Previous Page
Next Page

12.6. Implementation

The example that follows is an implementation of the principal functions for a binary search tree, and uses dynamic memory management. This tree is intended to be usable for data of any kind. For this reason, the structure type of the nodes includes a flexible member to store the data, and a member indicating the size of the data:

    typedef struct Node { struct Node *left,    // Pointers to the left and
                                      *right;   // right child nodes.
                          size_t size;          // Size of the data payload.
                          char data[ ];          // The data itself.
                        } Node_t;

The pointers left and right are null pointers if the node has no left or right child.

As the user of our implementation, you must provide two auxiliary functions. The first of these is a function to obtain a key that corresponds to the data value passed to it, and the second compares two keys. The first function has the following type:

    typedef const void *GetKeyFunc_t( const void *dData );

The second function has a type like that of the comparison function used by the standard function bsearch( ):

    typedef int CmpFunc_t( const void *pKey1, const void *pKey2 );

The arguments passed on calling the comparison function are pointers to the two keys that you want to compare.
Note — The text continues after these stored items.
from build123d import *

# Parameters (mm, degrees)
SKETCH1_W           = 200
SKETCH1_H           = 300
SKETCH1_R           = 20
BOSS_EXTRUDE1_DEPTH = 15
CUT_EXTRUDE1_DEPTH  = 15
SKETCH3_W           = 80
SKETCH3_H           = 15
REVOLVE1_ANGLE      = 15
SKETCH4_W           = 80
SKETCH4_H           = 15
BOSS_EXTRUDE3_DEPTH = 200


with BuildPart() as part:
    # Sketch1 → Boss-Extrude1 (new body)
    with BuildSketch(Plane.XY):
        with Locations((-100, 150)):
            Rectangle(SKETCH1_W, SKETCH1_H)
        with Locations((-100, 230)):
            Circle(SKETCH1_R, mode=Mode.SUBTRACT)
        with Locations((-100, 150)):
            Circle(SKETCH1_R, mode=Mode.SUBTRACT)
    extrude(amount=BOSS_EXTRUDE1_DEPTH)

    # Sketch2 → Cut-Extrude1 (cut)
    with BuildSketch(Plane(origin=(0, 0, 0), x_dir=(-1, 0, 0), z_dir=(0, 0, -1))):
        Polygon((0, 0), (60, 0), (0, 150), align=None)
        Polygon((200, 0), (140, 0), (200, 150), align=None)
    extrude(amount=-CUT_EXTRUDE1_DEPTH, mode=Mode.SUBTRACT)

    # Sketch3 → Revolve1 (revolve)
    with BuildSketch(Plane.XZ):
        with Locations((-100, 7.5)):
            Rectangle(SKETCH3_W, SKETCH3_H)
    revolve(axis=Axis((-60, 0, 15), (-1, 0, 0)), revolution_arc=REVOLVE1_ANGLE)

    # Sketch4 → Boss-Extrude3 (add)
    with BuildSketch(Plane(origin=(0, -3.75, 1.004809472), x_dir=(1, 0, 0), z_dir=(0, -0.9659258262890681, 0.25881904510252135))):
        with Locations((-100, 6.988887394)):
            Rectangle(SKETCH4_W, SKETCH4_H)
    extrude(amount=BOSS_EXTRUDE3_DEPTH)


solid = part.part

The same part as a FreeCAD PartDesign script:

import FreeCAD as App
import Part
import Sketcher
from FreeCAD import Vector
Q = App.Units.Quantity


def add_polygon(sketch, points):
    """Adds a closed chain of lines whose ends are joined by coincident constraints."""
    first, n = sketch.GeometryCount, len(points)
    for a, b in zip(points, points[1:] + points[:1]):
        sketch.addGeometry(Part.LineSegment(App.Vector(*a, 0), App.Vector(*b, 0)), False)
    for i in range(n):
        sketch.addConstraint(Sketcher.Constraint("Coincident", first + i, 2, first + (i + 1) % n, 1))

doc = App.newDocument("Part")
params = doc.addObject("Spreadsheet::Sheet", "Params")
for row, (alias, value) in enumerate([
    ("sketch1_diameter", "40 mm"),
    ("sketch1_width", "200 mm"),
    ("sketch1_height", "300 mm"),
    ("pad1_length", "15 mm"),
    ("sketch2_width", "60 mm"),
    ("sketch2_height", "150 mm"),
    ("pocket1_length", "15 mm"),
    ("sketch3_width", "80 mm"),
    ("sketch3_height", "15 mm"),
    ("revolution_angle", "15 deg"),
    ("sketch4_width", "80 mm"),
    ("sketch4_height", "15 mm"),
    ("pad2_length", "200 mm"),
], start=1):
    params.set(f"A{row}", alias)
    params.set(f"B{row}", "=" + value)
    params.setAlias(f"B{row}", alias)

body = doc.addObject("PartDesign::Body", "Body")

# Sketch on XY plane
sketch1 = body.newObject("Sketcher::SketchObject", "Sketch")
sketch1.AttachmentSupport = (doc.getObject("XY_Plane"), [""])
sketch1.MapMode = "FlatFace"
add_polygon(sketch1, [(-200, 300), (-200, 0), (0, 0), (0, 300)])  # lines 0-3
sketch1.addGeometry(Part.Circle(Vector(-100, 150, 0), Vector(0, 0, 1), 20), False)  # 4
sketch1.addGeometry(Part.Circle(Vector(-100, 230, 0), Vector(0, 0, 1), 20), False)  # 5
sketch1.addConstraint([
    Sketcher.Constraint("Vertical", 0),
    Sketcher.Constraint("Horizontal", 1),
    Sketcher.Constraint("Vertical", 2),
    Sketcher.Constraint("Horizontal", 3),
    Sketcher.Constraint("Coincident", 1, 2, -1, 1),
    Sketcher.Constraint("Equal", 4, 5),
    Sketcher.Constraint("Vertical", 4, 3, 5, 3),
    Sketcher.Constraint("Diameter", 4, Q("40 mm")),
    Sketcher.Constraint("DistanceX", 1, 1, 1, 2, Q("200 mm")),
    Sketcher.Constraint("DistanceY", 0, 2, 0, 1, Q("300 mm")),
    Sketcher.Constraint("DistanceX", 4, 3, -1, 1, Q("100 mm")),
    Sketcher.Constraint("DistanceY", -1, 1, 4, 3, Q("150 mm")),
    Sketcher.Constraint("DistanceY", -1, 1, 5, 3, Q("230 mm")),
])
sketch1.setExpression("Constraints[11]", "Params.sketch1_diameter")
sketch1.setExpression("Constraints[12]", "Params.sketch1_width")
sketch1.setExpression("Constraints[13]", "Params.sketch1_height")
pad1 = body.newObject("PartDesign::Pad", "Pad")
pad1.Profile = sketch1
pad1.setExpression("Length", "Params.pad1_length")

# Sketch on XY plane
sketch2 = body.newObject("Sketcher::SketchObject", "Sketch001")
sketch2.AttachmentSupport = (doc.getObject("XY_Plane"), [""])
sketch2.MapMode = "FlatFace"
add_polygon(sketch2, [(0, 0), (-60, 0), (0, 150)])  # lines 0-2
add_polygon(sketch2, [(-140, 0), (-200, 0), (-200, 150)])  # lines 3-5
sketch2.addConstraint([
    Sketcher.Constraint("Horizontal", 0),
    Sketcher.Constraint("Vertical", 2),
    Sketcher.Constraint("Horizontal", 3),
    Sketcher.Constraint("Vertical", 4),
    Sketcher.Constraint("Coincident", 2, 2, -1, 1),
    Sketcher.Constraint("PointOnObject", 3, 2, -1),
    Sketcher.Constraint("Horizontal", 1, 2, 4, 2),
    Sketcher.Constraint("Equal", 0, 3),
    Sketcher.Constraint("DistanceX", 0, 2, 0, 1, Q("60 mm")),
    Sketcher.Constraint("DistanceY", 2, 2, 2, 1, Q("150 mm")),
    Sketcher.Constraint("DistanceX", 3, 2, -1, 1, Q("200 mm")),
])
sketch2.setExpression("Constraints[14]", "Params.sketch2_width")
sketch2.setExpression("Constraints[15]", "Params.sketch2_height")
pocket1 = body.newObject("PartDesign::Pocket", "Pocket")
pocket1.Profile = sketch2
pocket1.setExpression("Length", "Params.pocket1_length")
pocket1.Reversed = True

# Sketch on XZ plane
sketch3 = body.newObject("Sketcher::SketchObject", "Sketch002")
sketch3.AttachmentSupport = (doc.getObject("XZ_Plane"), [""])
sketch3.MapMode = "FlatFace"
add_polygon(sketch3, [(-140, 15), (-140, 0), (-60, 0), (-60, 15)])  # lines 0-3
sketch3.addGeometry(Part.LineSegment(Vector(-60, 15, 0), Vector(-140, 15, 0)), True)  # axis
sketch3.addConstraint([
    Sketcher.Constraint("Vertical", 0),
    Sketcher.Constraint("Horizontal", 1),
    Sketcher.Constraint("Vertical", 2),
    Sketcher.Constraint("Horizontal", 3),
    Sketcher.Constraint("Horizontal", 4),
    Sketcher.Constraint("Coincident", 4, 1, 2, 2),
    Sketcher.Constraint("PointOnObject", 0, 2, -1),
    Sketcher.Constraint("Vertical", 0, 2, 4, 2),
    Sketcher.Constraint("DistanceX", 1, 1, 1, 2, Q("80 mm")),
    Sketcher.Constraint("DistanceY", 0, 2, 0, 1, Q("15 mm")),
    Sketcher.Constraint("DistanceX", 0, 2, -1, 1, Q("140 mm")),
])
sketch3.setExpression("Constraints[12]", "Params.sketch3_width")
sketch3.setExpression("Constraints[13]", "Params.sketch3_height")
revolution = body.newObject("PartDesign::Revolution", "Revolution")
revolution.Profile = sketch3
revolution.ReferenceAxis = (sketch3, ["Axis0"])
revolution.setExpression("Angle", "Params.revolution_angle")

# Sketch on an angled plane
sketch4 = body.newObject("Sketcher::SketchObject", "Sketch003")
sketch4.Placement = App.Placement(Vector(0, -3.75, 1.004809), App.Rotation(Vector(1, 0, 0), Vector(0, 0.258819045, 0.965925826), Vector(0, -0.965925826, 0.258819045), "ZXY"))
add_polygon(sketch4, [(-140, 14), (-140, -1), (-60, -1), (-60, 14)])  # lines 0-3
sketch4.addConstraint([
    Sketcher.Constraint("Vertical", 0),
    Sketcher.Constraint("Horizontal", 1),
    Sketcher.Constraint("Vertical", 2),
    Sketcher.Constraint("Horizontal", 3),
    Sketcher.Constraint("DistanceX", 1, 1, 1, 2, Q("80 mm")),
    Sketcher.Constraint("DistanceY", 0, 2, 0, 1, Q("15 mm")),
    Sketcher.Constraint("DistanceX", 0, 2, -1, 1, Q("140 mm")),
    Sketcher.Constraint("DistanceY", 0, 2, -1, 1, Q("0.511113 mm")),
])
sketch4.setExpression("Constraints[8]", "Params.sketch4_width")
sketch4.setExpression("Constraints[9]", "Params.sketch4_height")
pad2 = body.newObject("PartDesign::Pad", "Pad001")
pad2.Profile = sketch4
pad2.setExpression("Length", "Params.pad2_length")

doc.recompute()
The function's return value is less than zero, if the first key is less than the second; or equal to zero, if the two keys are equal; or greater than zero, if the first key is greater than the second. The key may be the same as the data itself. In this case, you need to provide only a comparison function.

Next, we define a structure type to represent a tree. This structure has three members: a pointer to the root of the tree; a pointer to the function to calculate a key, with the type GetKeyFunc_t; and a pointer to the comparison function, with the type CmpFunc_t.
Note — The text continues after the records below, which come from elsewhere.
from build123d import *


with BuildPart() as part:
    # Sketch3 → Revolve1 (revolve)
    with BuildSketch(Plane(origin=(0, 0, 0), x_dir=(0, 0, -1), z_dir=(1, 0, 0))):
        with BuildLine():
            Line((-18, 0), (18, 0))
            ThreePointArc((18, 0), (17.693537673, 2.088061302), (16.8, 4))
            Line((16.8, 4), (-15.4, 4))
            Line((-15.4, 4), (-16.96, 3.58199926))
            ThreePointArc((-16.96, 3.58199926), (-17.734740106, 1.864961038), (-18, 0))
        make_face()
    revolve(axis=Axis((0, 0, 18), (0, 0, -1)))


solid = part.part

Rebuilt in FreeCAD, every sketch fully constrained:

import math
import FreeCAD as App
import Part
import Sketcher
from FreeCAD import Vector
Q = App.Units.Quantity

doc = App.newDocument("Part")
body = doc.addObject("PartDesign::Body", "Body")

sketch1 = body.newObject("Sketcher::SketchObject", "Sketch")
sketch1.AttachmentSupport = (doc.getObject("YZ_Plane"), [""])
sketch1.MapMode = "FlatFace"
sketch1.addGeometry(Part.LineSegment(Vector(0, 18, 0), Vector(0, -18, 0)), False)
sketch1.addGeometry(Part.ArcOfCircle(Part.Circle(Vector(0, -10.7, 0), Vector(0, 0, 1), 7.3), math.radians(-90), math.radians(-57)), False)
sketch1.addGeometry(Part.LineSegment(Vector(4, -16.8, 0), Vector(4, 15.4, 0)), False)
sketch1.addGeometry(Part.LineSegment(Vector(4, 15.4, 0), Vector(3.6, 17, 0)), False)
sketch1.addGeometry(Part.ArcOfCircle(Part.Circle(Vector(0, 11.3, 0), Vector(0, 0, 1), 6.7), math.radians(58), math.radians(90)), False)
sketch1.addConstraint(Sketcher.Constraint("Coincident", 0, 2, 1, 1))
sketch1.addConstraint(Sketcher.Constraint("Coincident", 1, 2, 2, 1))
sketch1.addConstraint(Sketcher.Constraint("Coincident", 2, 2, 3, 1))
sketch1.addConstraint(Sketcher.Constraint("Coincident", 3, 2, 4, 1))
sketch1.addConstraint(Sketcher.Constraint("Coincident", 4, 2, 0, 1))
sketch1.addConstraint(Sketcher.Constraint("Vertical", 0))
sketch1.addConstraint(Sketcher.Constraint("Vertical", 2))
sketch1.addConstraint(Sketcher.Constraint("Symmetric", 0, 2, 4, 2, -1, 1))
sketch1.addConstraint(Sketcher.Constraint("PointOnObject", 1, 3, -2))
sketch1.addConstraint(Sketcher.Constraint("PointOnObject", 4, 3, -2))
sketch1.addConstraint(Sketcher.Constraint("DistanceY", 0, 2, 0, 1, Q("36 mm")))
sketch1.addConstraint(Sketcher.Constraint("Angle", 3, Q("105 deg")))
sketch1.addConstraint(Sketcher.Constraint("DistanceY", 2, 1, 2, 2, Q("32.2 mm")))
sketch1.addConstraint(Sketcher.Constraint("DistanceX", -1, 1, 1, 2, Q("4 mm")))
sketch1.addConstraint(Sketcher.Constraint("DistanceY", 1, 2, -1, 1, Q("16.8 mm")))
sketch1.addConstraint(Sketcher.Constraint("DistanceY", -1, 1, 3, 2, Q("16.96 mm")))
revolution = body.newObject("PartDesign::Revolution", "Revolution")
revolution.Profile = sketch1
revolution.ReferenceAxis = (sketch1, ["V_Axis"])
revolution.Angle = 360

doc.recompute()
    typedef struct { struct Node  *pRoot;     // Pointer to the root.
                     CmpFunc_t    *cmp;       // Compares two keys.
                     GetKeyFunc_t *getKey;    // Converts data into a key value.
                   } BST_t;

The pointer pRoot is a null pointer while the tree is empty.

The elementary operations for a binary search tree are performed by functions that insert, find, and delete nodes, and functions to traverse the tree in various ways, performing a programmer-specified operation on each element if desired.
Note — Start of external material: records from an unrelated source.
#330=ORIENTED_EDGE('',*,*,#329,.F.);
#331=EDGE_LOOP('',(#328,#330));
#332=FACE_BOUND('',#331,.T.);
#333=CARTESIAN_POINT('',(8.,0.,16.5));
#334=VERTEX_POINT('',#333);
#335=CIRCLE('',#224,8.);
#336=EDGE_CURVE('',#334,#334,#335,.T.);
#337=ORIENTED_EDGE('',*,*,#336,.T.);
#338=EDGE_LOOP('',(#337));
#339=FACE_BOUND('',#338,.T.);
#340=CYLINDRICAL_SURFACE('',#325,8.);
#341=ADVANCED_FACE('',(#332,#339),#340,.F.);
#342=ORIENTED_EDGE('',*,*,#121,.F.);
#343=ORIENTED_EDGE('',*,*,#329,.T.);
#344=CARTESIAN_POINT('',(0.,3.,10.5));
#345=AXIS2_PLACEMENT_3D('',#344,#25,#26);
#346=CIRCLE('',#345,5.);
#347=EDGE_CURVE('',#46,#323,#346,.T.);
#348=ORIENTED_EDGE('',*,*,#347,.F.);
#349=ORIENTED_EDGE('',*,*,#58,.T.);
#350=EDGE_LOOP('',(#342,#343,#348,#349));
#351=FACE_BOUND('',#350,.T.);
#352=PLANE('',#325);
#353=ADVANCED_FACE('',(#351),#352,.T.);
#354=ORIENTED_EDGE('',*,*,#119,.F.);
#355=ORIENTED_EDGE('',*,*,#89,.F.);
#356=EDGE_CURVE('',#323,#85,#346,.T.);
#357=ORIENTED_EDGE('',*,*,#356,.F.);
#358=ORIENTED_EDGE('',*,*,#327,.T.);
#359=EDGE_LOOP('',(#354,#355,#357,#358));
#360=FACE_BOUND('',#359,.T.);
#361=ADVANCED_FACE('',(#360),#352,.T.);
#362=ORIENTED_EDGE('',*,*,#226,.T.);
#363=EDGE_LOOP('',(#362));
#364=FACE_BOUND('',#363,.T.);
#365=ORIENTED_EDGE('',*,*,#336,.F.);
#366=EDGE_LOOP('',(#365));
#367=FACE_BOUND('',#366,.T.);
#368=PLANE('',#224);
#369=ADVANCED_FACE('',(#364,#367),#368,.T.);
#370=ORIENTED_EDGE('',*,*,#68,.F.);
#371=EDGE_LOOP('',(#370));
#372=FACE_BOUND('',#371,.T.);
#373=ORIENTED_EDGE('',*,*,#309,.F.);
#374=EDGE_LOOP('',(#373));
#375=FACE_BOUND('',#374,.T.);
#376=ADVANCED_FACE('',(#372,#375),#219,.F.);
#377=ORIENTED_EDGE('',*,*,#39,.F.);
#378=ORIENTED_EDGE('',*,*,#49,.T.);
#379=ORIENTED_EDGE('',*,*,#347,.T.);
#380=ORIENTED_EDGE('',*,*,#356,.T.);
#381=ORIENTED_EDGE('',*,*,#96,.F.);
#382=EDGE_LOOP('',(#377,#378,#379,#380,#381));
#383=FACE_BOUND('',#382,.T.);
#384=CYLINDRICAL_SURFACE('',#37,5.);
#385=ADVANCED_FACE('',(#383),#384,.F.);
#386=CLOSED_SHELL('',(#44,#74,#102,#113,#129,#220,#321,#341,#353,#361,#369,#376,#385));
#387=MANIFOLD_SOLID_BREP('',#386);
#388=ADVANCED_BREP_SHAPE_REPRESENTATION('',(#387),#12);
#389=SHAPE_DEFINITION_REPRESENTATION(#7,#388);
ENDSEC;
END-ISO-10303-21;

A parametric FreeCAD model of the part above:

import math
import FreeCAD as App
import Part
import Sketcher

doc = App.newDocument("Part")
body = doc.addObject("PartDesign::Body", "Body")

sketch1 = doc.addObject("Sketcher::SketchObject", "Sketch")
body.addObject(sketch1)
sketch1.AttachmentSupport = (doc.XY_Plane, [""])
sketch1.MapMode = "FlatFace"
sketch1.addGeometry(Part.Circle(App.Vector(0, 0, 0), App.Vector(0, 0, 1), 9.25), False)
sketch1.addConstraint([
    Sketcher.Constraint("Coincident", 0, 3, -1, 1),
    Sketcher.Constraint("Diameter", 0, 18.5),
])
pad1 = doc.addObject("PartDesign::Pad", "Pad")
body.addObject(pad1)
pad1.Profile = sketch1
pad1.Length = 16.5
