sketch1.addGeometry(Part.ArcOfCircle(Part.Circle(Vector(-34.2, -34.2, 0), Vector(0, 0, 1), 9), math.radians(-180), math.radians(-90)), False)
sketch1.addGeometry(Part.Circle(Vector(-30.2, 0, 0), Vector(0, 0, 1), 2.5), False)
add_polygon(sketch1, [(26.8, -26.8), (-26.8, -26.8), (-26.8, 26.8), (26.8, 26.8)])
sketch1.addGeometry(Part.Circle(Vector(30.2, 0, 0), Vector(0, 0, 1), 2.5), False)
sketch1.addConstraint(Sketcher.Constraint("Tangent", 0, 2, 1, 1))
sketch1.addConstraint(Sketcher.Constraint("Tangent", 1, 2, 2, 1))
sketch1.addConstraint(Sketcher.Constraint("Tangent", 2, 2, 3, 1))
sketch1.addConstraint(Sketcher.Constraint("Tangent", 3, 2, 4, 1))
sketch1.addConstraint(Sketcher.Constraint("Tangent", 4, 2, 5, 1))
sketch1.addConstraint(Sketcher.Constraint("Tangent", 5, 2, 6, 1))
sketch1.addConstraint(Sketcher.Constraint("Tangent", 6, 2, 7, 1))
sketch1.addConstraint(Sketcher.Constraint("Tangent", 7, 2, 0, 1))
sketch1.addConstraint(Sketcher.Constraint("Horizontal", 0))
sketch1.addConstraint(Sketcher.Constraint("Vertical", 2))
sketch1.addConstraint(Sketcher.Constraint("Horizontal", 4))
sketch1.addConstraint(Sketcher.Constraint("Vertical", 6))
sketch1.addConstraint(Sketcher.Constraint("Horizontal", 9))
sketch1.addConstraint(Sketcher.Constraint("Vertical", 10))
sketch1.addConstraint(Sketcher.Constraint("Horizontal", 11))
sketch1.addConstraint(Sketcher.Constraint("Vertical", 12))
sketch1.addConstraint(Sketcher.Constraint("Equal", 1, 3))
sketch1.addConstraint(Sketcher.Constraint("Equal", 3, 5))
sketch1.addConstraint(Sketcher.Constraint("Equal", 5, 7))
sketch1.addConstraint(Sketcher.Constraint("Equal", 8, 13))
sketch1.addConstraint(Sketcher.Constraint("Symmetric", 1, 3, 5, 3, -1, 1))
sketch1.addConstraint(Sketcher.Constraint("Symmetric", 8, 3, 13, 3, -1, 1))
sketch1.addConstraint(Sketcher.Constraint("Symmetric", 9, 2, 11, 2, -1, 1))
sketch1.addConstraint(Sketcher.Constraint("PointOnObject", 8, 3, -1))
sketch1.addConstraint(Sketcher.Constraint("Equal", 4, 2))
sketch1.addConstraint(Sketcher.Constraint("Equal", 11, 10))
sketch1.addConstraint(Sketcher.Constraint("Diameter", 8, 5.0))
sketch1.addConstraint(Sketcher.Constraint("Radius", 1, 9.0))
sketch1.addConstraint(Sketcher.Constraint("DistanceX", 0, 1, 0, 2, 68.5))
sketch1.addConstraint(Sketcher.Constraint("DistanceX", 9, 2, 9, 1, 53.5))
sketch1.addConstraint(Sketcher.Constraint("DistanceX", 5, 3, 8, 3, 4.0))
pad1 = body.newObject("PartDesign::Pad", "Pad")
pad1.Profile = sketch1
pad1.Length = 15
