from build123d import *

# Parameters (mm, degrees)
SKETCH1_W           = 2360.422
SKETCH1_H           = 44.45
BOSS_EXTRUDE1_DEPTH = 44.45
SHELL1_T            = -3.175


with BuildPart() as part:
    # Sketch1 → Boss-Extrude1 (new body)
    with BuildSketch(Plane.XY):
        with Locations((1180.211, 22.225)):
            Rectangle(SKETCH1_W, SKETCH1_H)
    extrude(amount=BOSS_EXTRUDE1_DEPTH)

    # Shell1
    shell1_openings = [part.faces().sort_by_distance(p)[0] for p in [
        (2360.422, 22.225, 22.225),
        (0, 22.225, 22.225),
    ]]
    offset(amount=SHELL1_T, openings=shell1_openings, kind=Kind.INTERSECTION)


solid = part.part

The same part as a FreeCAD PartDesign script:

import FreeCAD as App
import Part
import Sketcher

V = App.Vector
Q = App.Units.Quantity


def faces_at(feature, points):
    """Names of the faces that lie closest to the given points."""
    faces = feature.Shape.Faces
    near = lambda p: min(range(len(faces)), key=lambda i: faces[i].distToShape(Part.Vertex(*p))[0])
    return sorted({f"Face{near(p) + 1}" for p in points})


def add_polygon(sketch, points):
    """Adds a closed chain of lines whose ends are joined by coincident constraints."""
    first, n = sketch.GeometryCount, len(points)
    for a, b in zip(points, points[1:] + points[:1]):
        sketch.addGeometry(Part.LineSegment(App.Vector(*a, 0), App.Vector(*b, 0)), False)
    for i in range(n):
        sketch.addConstraint(Sketcher.Constraint("Coincident", first + i, 2, first + (i + 1) % n, 1))

doc = App.newDocument("Part")
body = doc.addObject("PartDesign::Body", "Body")

# Sketch on XY plane
sketch1 = body.newObject("Sketcher::SketchObject", "Sketch")
sketch1.AttachmentSupport = (doc.getObject("XY_Plane"), [""])
sketch1.MapMode = "FlatFace"
add_polygon(sketch1, [(0, 44), (0, 0), (2360, 0), (2360, 44)])  # lines 0-3
sketch1.addConstraint([
    Sketcher.Constraint("Vertical", 0),
    Sketcher.Constraint("Horizontal", 1),
    Sketcher.Constraint("Vertical", 2),
    Sketcher.Constraint("Horizontal", 3),
    Sketcher.Constraint("Coincident", 0, 2, -1, 1),
    Sketcher.Constraint("DistanceX", 1, 1, 1, 2, Q("92.93 in")),
    Sketcher.Constraint("DistanceY", 0, 2, 0, 1, Q("1.75 in")),
])
pad1 = body.newObject("PartDesign::Pad", "Pad")
pad1.Profile = sketch1
pad1.Length = Q("1.75 in")
doc.recompute()

thickness = body.newObject("PartDesign::Thickness", "Thickness")
thickness.Base = (pad1, faces_at(pad1, [(2360.422, 22.225, 22.225), (0, 22.225, 22.225)]))
thickness.Value = Q("0.125 in")
thickness.Reversed = True
thickness.Join = "Intersection"

doc.recompute()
The prototypes of these functions, and the typedef declarations of GetKeyFunc_t, CmpFunc_t, and BST_t, are placed in the header file BSTree.h. To use this binary tree implementation, you must include this header file in the program's source code.

The function prototypes in BSTree.h are:

BST_t *newBST( CmpFunc_t *cmp, GetKeyFunc_t *getKey );

This function dynamically generates a new object with the type BST_t, and returns a pointer to it.

_Bool BST_insert( BST_t *pBST, const void *pData, size_t size );

BST_insert( ) dynamically generates a new node, copies the data referenced by pData to the node, and inserts the node in the specified tree.

const void *BST_search( BST_t *pBST, const void *pKey );

The BST_search( ) function searches the tree and returns a pointer to the data item that matches the key referenced by the pKey argument.

_Bool BST_erase( BST_t *pBST, const void *pKey );

This function deletes the first node whose data contents match the key referenced by pKey.

void BST_clear( BST_t *pBST );

BST_clear( ) deletes all nodes in the tree, leaving the tree empty.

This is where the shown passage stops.